A complete Python package to predict loan default risk using a Decision Tree model. This project is built from a Kaggle notebook and has been structured as a robust, installable package published on PyPI.
This project provides a full pipeline for a machine learning task, including data loading, preprocessing, model training, and evaluation. It is designed to be both a ready-to-use tool and a clear example of how to convert a data science notebook into a distributable software package following modern best practices like src-layout and pyproject.toml configuration.
- Data Preprocessing: Handles missing values, encodes categorical features, and scales numerical data.
- Model Training: Implements a
DecisionTreeClassifierfrom scikit-learn. - Packaged for Distribution: Published on PyPI and installable with a single
pipcommand. - Modular Code: Logic is separated into modules for data handling and model training.
- Command-Line & Library Usage: Can be run directly from the terminal or imported into other Python projects.
- Python 3.7+
- Pandas: For data manipulation and loading.
- Scikit-learn: For data preprocessing and machine learning modeling.
- Numpy: For numerical operations.
- Setuptools & Build: For packaging and distribution.
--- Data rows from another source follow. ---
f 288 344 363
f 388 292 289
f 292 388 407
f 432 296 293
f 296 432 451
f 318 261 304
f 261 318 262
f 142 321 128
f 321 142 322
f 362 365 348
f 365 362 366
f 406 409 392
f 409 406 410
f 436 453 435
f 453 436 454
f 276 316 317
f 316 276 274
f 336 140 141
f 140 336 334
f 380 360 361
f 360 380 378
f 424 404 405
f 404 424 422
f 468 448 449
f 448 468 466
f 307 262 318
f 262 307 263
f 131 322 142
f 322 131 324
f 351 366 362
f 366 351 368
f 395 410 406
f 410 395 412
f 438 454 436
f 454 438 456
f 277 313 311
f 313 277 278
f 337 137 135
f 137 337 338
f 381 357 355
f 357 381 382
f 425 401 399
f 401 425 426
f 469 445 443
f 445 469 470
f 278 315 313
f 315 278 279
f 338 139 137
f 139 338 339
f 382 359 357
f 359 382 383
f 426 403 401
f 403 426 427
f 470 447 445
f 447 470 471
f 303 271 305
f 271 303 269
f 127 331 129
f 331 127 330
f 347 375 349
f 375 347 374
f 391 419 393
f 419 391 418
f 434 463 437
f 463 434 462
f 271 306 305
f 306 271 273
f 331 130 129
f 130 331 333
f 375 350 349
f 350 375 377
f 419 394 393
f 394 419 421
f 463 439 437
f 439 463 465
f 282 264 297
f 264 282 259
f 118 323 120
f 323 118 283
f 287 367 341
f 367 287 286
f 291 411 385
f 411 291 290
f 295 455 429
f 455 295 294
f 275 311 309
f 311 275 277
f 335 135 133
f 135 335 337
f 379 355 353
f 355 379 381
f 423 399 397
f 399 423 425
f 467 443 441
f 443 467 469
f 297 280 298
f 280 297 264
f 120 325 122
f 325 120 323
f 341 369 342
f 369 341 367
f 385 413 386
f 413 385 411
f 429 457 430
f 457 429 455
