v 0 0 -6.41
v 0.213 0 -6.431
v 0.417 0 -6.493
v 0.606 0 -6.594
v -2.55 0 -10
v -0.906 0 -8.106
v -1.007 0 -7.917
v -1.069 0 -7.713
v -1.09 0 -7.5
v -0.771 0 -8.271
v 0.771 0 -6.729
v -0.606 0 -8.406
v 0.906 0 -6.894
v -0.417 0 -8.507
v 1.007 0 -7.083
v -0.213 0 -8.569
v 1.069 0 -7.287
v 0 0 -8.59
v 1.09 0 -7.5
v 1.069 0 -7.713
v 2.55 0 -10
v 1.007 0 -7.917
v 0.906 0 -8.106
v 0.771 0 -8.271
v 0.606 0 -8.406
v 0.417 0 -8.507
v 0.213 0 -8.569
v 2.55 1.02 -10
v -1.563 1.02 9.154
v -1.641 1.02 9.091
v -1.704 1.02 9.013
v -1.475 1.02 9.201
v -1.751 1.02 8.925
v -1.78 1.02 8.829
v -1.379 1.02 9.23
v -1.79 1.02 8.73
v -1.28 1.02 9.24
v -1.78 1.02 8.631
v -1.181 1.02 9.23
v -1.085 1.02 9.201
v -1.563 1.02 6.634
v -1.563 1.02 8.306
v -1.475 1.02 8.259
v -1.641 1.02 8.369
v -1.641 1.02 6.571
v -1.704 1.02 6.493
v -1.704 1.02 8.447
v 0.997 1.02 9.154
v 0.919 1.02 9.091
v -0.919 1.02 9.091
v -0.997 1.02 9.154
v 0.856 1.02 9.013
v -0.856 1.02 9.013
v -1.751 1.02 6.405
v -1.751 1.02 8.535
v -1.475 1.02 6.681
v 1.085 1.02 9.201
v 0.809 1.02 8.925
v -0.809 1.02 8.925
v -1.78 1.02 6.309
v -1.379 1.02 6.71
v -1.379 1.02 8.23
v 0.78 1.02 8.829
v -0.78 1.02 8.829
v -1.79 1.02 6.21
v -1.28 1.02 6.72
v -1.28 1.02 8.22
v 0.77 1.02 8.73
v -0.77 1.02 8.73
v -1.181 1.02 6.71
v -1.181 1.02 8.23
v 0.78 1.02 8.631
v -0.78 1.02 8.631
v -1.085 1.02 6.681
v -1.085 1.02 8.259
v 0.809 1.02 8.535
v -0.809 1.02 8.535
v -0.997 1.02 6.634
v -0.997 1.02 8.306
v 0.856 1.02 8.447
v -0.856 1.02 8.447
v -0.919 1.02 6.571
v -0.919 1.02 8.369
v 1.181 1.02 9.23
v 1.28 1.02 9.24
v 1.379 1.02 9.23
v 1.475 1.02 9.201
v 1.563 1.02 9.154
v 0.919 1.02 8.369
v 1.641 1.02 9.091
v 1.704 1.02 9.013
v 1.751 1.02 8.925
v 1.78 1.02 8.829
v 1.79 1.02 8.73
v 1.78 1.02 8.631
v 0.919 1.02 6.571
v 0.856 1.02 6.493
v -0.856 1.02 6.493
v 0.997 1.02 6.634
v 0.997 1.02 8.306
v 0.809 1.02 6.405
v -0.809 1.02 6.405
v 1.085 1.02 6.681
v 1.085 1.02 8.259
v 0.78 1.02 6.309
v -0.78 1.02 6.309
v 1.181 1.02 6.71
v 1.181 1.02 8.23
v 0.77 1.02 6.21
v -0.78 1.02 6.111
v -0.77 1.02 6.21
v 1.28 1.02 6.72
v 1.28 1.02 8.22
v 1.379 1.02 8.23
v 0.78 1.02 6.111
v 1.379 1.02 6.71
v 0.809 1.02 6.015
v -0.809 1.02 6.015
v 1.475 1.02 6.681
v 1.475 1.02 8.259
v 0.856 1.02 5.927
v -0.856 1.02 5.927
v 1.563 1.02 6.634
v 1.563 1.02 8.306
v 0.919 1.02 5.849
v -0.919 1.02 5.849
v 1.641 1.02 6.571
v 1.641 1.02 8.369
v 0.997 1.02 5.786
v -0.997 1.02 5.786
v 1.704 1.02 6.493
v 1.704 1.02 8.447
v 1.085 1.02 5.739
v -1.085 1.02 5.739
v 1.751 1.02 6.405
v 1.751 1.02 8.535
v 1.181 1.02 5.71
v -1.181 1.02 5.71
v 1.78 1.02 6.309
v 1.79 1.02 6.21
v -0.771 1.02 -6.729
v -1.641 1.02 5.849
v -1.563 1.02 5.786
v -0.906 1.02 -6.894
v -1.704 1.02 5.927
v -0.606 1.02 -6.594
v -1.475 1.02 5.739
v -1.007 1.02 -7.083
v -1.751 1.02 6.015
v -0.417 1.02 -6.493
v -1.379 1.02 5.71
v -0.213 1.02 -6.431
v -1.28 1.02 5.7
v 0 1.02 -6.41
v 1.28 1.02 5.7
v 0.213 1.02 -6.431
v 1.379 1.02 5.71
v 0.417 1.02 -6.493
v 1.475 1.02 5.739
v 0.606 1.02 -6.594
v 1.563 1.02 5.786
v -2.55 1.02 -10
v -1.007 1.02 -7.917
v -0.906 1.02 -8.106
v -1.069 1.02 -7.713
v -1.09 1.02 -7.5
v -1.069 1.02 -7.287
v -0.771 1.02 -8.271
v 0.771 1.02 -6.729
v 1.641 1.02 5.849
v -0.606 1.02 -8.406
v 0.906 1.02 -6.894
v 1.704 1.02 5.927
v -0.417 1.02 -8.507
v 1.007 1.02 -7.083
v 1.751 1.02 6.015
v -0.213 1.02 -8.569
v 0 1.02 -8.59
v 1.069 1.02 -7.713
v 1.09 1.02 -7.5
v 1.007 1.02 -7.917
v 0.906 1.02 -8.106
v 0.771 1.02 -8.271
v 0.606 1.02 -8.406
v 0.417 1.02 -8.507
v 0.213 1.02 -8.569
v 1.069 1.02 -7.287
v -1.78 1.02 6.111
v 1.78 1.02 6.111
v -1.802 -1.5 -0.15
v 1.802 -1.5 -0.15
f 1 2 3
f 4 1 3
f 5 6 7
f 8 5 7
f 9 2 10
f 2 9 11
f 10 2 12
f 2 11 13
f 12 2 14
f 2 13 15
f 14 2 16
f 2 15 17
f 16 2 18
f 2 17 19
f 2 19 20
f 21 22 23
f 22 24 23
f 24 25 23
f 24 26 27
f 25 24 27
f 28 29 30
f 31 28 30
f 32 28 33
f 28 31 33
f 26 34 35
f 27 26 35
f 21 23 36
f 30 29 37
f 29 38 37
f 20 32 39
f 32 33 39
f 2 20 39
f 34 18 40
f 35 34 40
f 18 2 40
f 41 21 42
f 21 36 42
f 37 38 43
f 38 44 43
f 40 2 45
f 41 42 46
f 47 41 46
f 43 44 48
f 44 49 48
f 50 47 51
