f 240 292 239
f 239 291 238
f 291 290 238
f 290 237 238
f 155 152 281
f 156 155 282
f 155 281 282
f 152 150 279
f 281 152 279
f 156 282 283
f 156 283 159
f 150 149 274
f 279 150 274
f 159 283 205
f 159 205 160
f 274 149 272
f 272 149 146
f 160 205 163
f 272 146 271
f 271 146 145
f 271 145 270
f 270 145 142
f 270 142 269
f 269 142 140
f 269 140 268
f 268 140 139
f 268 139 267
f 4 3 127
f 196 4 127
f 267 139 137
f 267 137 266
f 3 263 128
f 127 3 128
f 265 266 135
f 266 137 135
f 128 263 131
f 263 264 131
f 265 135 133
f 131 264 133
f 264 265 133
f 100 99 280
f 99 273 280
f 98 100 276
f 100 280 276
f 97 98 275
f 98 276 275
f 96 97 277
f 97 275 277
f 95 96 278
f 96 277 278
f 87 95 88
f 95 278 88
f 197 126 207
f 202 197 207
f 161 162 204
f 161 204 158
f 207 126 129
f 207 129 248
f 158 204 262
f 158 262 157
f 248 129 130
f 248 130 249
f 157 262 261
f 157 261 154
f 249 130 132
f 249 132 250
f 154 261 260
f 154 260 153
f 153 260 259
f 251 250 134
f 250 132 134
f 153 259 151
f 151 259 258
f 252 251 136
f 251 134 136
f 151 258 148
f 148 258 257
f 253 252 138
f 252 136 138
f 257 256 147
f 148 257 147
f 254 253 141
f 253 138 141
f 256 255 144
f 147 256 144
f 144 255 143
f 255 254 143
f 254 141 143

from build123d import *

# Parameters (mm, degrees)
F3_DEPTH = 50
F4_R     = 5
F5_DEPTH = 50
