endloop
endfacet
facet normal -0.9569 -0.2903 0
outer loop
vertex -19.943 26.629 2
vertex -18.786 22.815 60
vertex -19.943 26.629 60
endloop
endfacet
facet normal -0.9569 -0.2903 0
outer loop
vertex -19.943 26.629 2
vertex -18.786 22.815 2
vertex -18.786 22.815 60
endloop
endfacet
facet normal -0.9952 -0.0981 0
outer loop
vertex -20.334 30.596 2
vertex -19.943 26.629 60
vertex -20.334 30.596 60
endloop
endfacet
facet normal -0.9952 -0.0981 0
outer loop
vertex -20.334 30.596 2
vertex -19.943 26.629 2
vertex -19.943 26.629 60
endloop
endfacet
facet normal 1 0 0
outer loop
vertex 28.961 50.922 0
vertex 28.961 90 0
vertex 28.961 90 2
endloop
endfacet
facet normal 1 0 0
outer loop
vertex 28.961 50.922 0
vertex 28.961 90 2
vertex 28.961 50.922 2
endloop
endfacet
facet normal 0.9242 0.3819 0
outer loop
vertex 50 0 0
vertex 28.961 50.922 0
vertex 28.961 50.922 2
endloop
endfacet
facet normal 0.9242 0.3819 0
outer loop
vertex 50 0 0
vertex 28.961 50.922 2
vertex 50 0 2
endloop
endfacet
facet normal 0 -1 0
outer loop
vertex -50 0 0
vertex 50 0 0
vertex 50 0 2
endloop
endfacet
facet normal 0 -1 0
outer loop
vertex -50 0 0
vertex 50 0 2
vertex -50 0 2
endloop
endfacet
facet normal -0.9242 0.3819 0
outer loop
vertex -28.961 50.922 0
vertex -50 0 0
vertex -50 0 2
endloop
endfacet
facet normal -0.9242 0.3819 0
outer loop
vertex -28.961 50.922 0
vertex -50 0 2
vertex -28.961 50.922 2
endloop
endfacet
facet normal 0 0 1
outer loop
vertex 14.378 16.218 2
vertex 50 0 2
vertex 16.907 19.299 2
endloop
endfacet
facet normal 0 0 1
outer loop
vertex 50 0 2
- GitHub Actions: For Continuous Integration and automated publishing to PyPI.
You can install the Loan Risk Predictor directly from PyPI:
pip install loan-risk-predictorThere are two primary ways to use this package.
The simplest way to run the full training pipeline is to execute the package as a Python module. This will load the included dataset, preprocess it, train the model, and print the evaluation results.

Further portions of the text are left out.